User-Centred Design in Software

User-centred design (UCD) plays a pivotal role in modern software development. It’s all about acknowledging that users often find their own, perhaps unexpected, paths to achieving their goals within a software application. E.g. Desire paths!

Designers use heatmaps that show how the users have navigated through the application, and the combined effort of different users form “desire lines”.
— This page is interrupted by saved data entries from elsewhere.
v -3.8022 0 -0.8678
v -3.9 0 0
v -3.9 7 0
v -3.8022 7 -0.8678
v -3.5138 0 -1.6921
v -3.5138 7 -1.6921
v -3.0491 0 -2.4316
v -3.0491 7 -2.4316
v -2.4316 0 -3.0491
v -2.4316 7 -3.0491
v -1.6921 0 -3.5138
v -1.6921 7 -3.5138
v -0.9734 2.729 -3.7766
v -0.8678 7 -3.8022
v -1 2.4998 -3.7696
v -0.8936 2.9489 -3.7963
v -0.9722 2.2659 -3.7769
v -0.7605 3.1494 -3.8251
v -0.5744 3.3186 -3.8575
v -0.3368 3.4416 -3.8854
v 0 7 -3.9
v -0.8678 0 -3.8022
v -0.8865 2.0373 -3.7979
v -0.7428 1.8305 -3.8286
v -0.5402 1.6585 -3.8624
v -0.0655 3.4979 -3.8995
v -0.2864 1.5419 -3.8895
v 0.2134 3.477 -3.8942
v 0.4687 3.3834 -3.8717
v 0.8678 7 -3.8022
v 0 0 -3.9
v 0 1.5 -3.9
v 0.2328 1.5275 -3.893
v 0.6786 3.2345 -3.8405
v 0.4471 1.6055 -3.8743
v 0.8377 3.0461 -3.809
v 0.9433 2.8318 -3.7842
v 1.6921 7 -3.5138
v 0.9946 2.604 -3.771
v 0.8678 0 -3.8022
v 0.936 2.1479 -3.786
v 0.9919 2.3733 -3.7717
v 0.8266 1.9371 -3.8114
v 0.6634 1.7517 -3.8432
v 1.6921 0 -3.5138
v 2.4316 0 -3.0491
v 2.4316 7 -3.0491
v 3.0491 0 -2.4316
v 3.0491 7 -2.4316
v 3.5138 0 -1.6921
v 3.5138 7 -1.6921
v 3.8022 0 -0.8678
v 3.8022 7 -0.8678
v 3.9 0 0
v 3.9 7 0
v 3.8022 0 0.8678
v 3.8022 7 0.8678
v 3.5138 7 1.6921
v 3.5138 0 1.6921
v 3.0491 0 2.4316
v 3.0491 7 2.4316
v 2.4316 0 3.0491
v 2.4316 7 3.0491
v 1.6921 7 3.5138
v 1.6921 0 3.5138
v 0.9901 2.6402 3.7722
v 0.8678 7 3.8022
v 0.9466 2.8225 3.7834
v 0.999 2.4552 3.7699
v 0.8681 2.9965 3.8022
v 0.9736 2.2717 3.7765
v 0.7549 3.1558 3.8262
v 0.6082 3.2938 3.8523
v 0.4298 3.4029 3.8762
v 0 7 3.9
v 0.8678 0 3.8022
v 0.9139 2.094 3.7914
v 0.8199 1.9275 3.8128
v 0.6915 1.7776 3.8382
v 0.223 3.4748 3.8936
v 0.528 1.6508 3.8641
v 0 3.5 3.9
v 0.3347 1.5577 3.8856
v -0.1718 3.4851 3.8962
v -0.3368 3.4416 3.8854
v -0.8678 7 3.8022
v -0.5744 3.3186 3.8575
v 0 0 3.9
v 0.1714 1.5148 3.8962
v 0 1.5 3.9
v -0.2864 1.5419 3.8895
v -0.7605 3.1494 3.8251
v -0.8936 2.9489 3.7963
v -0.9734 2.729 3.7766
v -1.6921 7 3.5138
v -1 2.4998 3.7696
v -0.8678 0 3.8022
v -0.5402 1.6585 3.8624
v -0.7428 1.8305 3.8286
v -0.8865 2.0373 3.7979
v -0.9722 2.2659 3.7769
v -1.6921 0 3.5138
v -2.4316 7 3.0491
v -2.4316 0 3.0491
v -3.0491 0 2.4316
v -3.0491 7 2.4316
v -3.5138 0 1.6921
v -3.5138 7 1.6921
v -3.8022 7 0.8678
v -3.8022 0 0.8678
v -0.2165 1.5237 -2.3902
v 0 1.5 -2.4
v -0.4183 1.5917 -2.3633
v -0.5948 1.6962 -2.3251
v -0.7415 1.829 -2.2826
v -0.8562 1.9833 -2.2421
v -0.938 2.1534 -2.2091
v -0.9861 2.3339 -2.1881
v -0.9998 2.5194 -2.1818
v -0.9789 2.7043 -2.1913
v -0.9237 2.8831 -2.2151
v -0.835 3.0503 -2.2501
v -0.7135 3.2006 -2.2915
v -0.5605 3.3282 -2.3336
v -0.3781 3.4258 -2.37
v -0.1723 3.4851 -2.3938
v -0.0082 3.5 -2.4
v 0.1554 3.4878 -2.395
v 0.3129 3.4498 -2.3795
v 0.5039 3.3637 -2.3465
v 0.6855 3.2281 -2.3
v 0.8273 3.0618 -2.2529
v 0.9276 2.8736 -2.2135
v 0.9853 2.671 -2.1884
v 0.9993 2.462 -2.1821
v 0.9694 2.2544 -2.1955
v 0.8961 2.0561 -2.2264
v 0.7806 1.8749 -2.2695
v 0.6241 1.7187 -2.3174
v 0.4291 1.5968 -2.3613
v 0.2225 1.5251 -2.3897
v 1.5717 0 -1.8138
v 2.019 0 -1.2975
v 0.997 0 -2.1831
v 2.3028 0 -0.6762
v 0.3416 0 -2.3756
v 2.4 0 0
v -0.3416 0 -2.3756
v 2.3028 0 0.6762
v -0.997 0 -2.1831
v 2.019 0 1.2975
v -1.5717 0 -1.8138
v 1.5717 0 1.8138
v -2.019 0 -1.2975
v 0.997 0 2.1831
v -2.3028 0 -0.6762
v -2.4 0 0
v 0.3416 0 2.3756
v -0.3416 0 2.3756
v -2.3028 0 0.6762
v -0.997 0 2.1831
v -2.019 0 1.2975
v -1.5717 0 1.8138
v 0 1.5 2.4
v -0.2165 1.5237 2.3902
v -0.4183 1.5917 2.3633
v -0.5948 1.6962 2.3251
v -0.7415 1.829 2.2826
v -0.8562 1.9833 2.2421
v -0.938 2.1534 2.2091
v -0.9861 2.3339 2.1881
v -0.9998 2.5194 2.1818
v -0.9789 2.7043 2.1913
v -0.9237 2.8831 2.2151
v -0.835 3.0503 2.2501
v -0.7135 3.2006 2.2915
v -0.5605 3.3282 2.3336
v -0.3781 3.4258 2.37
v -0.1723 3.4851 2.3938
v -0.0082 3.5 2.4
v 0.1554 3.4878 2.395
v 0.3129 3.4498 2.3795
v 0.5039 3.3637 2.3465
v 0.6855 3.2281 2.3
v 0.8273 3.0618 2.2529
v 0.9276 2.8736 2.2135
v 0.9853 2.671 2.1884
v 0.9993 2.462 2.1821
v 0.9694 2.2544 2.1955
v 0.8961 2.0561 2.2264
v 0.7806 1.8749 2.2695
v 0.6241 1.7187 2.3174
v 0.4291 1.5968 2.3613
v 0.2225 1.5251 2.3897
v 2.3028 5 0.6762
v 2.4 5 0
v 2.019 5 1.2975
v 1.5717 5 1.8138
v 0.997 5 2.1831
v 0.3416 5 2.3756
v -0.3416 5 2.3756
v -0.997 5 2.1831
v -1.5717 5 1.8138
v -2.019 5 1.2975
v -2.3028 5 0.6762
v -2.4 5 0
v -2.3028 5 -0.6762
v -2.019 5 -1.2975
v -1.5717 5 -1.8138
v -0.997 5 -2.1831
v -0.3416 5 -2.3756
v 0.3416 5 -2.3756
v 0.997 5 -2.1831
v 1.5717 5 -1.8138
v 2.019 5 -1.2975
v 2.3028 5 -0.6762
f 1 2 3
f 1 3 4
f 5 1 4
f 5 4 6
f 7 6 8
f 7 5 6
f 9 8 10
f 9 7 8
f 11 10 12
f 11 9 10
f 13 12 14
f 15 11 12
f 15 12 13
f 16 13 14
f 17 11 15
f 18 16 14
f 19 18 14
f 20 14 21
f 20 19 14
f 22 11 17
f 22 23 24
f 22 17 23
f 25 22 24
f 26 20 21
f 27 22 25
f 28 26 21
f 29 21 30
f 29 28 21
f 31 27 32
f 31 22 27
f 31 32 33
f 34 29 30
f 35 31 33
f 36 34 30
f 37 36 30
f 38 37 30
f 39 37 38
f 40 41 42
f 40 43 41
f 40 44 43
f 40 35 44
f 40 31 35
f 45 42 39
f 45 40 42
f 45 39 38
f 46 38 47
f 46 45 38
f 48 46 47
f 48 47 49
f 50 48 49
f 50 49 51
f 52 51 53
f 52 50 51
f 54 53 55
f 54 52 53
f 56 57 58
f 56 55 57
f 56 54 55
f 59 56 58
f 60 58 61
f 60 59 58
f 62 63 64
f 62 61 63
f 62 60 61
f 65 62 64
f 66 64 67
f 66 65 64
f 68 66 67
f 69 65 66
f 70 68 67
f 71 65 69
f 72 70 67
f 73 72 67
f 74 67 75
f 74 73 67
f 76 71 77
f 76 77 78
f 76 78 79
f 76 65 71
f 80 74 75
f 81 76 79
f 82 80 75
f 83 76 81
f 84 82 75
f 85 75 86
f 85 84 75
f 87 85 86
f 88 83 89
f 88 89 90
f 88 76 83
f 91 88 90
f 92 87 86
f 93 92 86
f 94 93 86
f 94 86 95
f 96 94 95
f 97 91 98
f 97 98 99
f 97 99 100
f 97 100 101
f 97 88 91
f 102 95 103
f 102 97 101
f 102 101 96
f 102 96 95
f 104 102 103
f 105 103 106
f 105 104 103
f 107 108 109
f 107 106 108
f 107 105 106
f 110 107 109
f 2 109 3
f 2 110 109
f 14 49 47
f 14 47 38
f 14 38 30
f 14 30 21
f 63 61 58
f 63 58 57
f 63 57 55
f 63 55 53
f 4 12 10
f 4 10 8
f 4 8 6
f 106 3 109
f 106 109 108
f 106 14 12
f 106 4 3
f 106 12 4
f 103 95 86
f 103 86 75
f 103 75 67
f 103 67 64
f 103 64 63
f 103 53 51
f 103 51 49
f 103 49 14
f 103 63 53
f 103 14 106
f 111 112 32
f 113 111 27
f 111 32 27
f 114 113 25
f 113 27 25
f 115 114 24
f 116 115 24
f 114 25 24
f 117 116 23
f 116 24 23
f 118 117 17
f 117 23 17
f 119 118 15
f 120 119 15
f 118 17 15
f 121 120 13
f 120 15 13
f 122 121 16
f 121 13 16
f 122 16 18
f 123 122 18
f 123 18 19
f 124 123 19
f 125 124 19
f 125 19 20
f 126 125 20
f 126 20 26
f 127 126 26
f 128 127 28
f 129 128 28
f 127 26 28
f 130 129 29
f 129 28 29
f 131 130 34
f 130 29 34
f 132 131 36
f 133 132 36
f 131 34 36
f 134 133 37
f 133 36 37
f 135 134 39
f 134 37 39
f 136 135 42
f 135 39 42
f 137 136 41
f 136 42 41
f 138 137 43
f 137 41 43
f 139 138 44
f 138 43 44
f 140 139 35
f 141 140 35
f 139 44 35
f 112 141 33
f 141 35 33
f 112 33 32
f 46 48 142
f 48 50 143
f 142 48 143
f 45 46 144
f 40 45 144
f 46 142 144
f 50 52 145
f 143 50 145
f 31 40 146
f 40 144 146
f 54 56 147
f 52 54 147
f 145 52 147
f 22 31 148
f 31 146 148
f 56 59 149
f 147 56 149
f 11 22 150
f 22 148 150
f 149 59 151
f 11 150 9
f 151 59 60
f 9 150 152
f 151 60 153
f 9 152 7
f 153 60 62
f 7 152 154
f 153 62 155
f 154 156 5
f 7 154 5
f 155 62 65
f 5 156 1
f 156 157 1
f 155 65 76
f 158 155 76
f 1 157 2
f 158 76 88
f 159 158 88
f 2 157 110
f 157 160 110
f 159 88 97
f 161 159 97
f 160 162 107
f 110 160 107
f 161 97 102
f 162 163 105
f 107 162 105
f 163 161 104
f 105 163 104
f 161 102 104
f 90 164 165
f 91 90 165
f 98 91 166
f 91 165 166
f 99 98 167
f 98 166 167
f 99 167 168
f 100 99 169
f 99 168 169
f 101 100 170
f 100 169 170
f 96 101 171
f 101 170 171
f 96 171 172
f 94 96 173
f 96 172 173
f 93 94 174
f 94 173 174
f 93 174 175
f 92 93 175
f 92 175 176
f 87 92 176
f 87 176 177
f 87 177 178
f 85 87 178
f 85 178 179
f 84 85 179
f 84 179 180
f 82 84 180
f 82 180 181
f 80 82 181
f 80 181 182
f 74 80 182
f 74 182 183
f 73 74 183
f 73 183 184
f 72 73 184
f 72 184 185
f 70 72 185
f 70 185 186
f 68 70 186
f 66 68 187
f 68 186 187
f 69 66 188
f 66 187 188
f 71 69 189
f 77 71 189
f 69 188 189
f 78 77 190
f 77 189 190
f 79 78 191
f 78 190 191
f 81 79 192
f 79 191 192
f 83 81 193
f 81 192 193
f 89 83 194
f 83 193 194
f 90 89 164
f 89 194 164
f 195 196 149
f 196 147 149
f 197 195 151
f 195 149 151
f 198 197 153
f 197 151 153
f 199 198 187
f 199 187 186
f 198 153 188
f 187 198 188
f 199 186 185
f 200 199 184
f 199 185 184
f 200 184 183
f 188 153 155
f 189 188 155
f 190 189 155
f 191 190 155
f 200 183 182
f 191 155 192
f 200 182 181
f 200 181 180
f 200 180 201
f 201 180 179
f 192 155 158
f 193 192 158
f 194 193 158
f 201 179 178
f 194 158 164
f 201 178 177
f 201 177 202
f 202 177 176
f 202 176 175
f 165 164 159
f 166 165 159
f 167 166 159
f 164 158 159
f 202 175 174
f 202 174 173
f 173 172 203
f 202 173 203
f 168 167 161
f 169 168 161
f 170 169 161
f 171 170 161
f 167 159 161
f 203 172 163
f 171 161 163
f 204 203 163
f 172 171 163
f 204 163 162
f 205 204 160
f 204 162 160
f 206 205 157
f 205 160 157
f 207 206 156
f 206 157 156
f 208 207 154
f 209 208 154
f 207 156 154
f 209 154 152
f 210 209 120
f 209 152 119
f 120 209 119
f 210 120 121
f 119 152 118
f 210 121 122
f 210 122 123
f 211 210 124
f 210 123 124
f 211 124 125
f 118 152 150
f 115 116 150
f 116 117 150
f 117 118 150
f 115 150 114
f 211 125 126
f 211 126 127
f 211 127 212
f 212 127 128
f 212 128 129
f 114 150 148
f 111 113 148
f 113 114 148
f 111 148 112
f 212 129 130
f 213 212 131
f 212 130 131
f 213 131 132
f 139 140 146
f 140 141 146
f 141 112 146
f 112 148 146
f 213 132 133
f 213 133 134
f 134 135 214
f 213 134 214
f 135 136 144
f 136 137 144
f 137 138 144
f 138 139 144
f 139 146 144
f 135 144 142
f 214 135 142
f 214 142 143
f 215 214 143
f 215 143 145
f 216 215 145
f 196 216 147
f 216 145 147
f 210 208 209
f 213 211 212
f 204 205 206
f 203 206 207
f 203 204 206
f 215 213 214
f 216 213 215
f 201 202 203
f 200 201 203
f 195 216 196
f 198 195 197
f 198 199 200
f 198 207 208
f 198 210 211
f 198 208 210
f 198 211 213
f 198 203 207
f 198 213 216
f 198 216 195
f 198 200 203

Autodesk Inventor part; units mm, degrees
ref_plane "YZ Plane" through (0, 0, 0) normal (1, 0, 0) x (0, 1, 0)
ref_plane "XZ Plane" through (0, 0, 0) normal (0, 1, 0) x (-1, 0, 0)
sketch "Sketch1" plane through (0, 0, 0) normal (0, 1, 0) x (-1, 0, 0)
  circle A0 centre (0, 0) radius 3.9
  dimension "d0" = 7.8
extrude "Extrusion1" add sketch "Sketch1" along normal blind 7
sketch "Sketch5" plane through (0, 0, 0) normal (0, -1, 0) x (1, 0, 0)
  circle A0 centre (0, 0) radius 2.4
  dimension "d22" = 4.8
extrude "Extrusion3" cut sketch "Sketch5" against normal blind 5
ref_plane "Work Plane1" through (0, 0, 3.9) normal (0, 0, 1) x (1, 0, 0)
sketch "Sketch2" plane through (0, 0, 3.9) normal (0, 0, 1) x (1, 0, 0)
  line L0 (0, 0) -> (0, 2.5) construction
  line L1 (3.9, 0) -> (-3.9, 0) construction
  dimension "d21" = 2.5
hole "Hole1" at (0, 2.5, 3.9) direction (0, 0, -1) diameter 2 end through all
properties part number "Lego_Frame_Holder"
This phenomenon can be likened to the unplanned paths people create when walking through a park. Software developers keenly observe these user behaviours and pathways to gain valuable insights into how their software is used in the real world.

Agile Methodology

The Agile development methodology mirrors the ‘Desire line’ concept. Like these user-made paths, Agile supports a flexible approach to software development. It advocates for iterative development. This means software evolves step-by-step.

User feedback continuously guides this process. This iterative approach is similar to natural pathways forming in software. Agile is about making a small effort and testing it against reality as quickly as possible.

Small early failures are welcome since they reduce the overall risk of failure. It lets the most convenient and desired paths emerge within the application. This ensures the software meets users’ needs and expectations perfectly.

In the world of software development, user interactions and feedback are invaluable. They serve as the compass, directing developers to enhance and refine popular features while reevaluating those less used.

This continuous process mirrors the “Desire line” evolution in urban planning. As well-worn paths are paved and improved for more straightforward navigation, software features are polished and optimised to create a seamless user experience.

Data-Driven Design Decisions

Data is the cornerstone of modern software development, much like it is for urban planners. Like skilled architects, software developers rely on data analytics to gain insights into user behaviour.

This data-driven approach empowers developers to make informed decisions regarding design and functionality. Like a city planner would use traffic data to optimise road networks, software developers leverage user data to enhance the software’s usability, efficiency, and overall user experience.

Neural Networks and Deep Learning

In reality, a lot of artificial intelligence or machine learning is a kind of  ‘Desire line’ philosophy that appears in a digital context. This is especially true in neural networks and deep learning. These AI systems adapt by identifying patterns in large datasets.

This process is similar to how people create paths in a physical environment. Essentially, it’s about paving efficient and natural paths for the AI. Doing so optimises the AI’s functionality.

This learning principle applies in various areas, like image recognition, language processing, and autonomous decision-making. The revolution we are currently experiencing within Generative AI, such as ChatGPT, etc., is entirely built on this principle. Using an enormous amount of text material, the training algorithm creates vectors to predict the best next word based on the previous text. This is, for all practical purposes, the desired lines in the total text mass used for the training.

All human learning

In a way, all human learning can be likened to finding the desired path in the textbooks and learning material we use to learn. We learn through repetition. Learning complex subjects in school was like exploring uncharted territory. Just as people create well-worn trails through a park for convenience, we followed familiar routes to understanding.

For instance, when learning multiplication tables or mathematical theorems, we repeated reading, note-taking, and problem-solving until we knew them thoroughly. These intellectual “desire lines” represent our efficient route to mastering new subjects, shaped by our curiosity and determination.


The ‘Desire line’ philosophy, originating from natural pathways, teaches the importance of adapting to natural patterns. In software development and artificial intelligence, this translates to a user-centric and data-driven approach. From the early observations of a campus landscape to the complex algorithms of modern AI, this philosophy continues to guide innovative design and development strategies.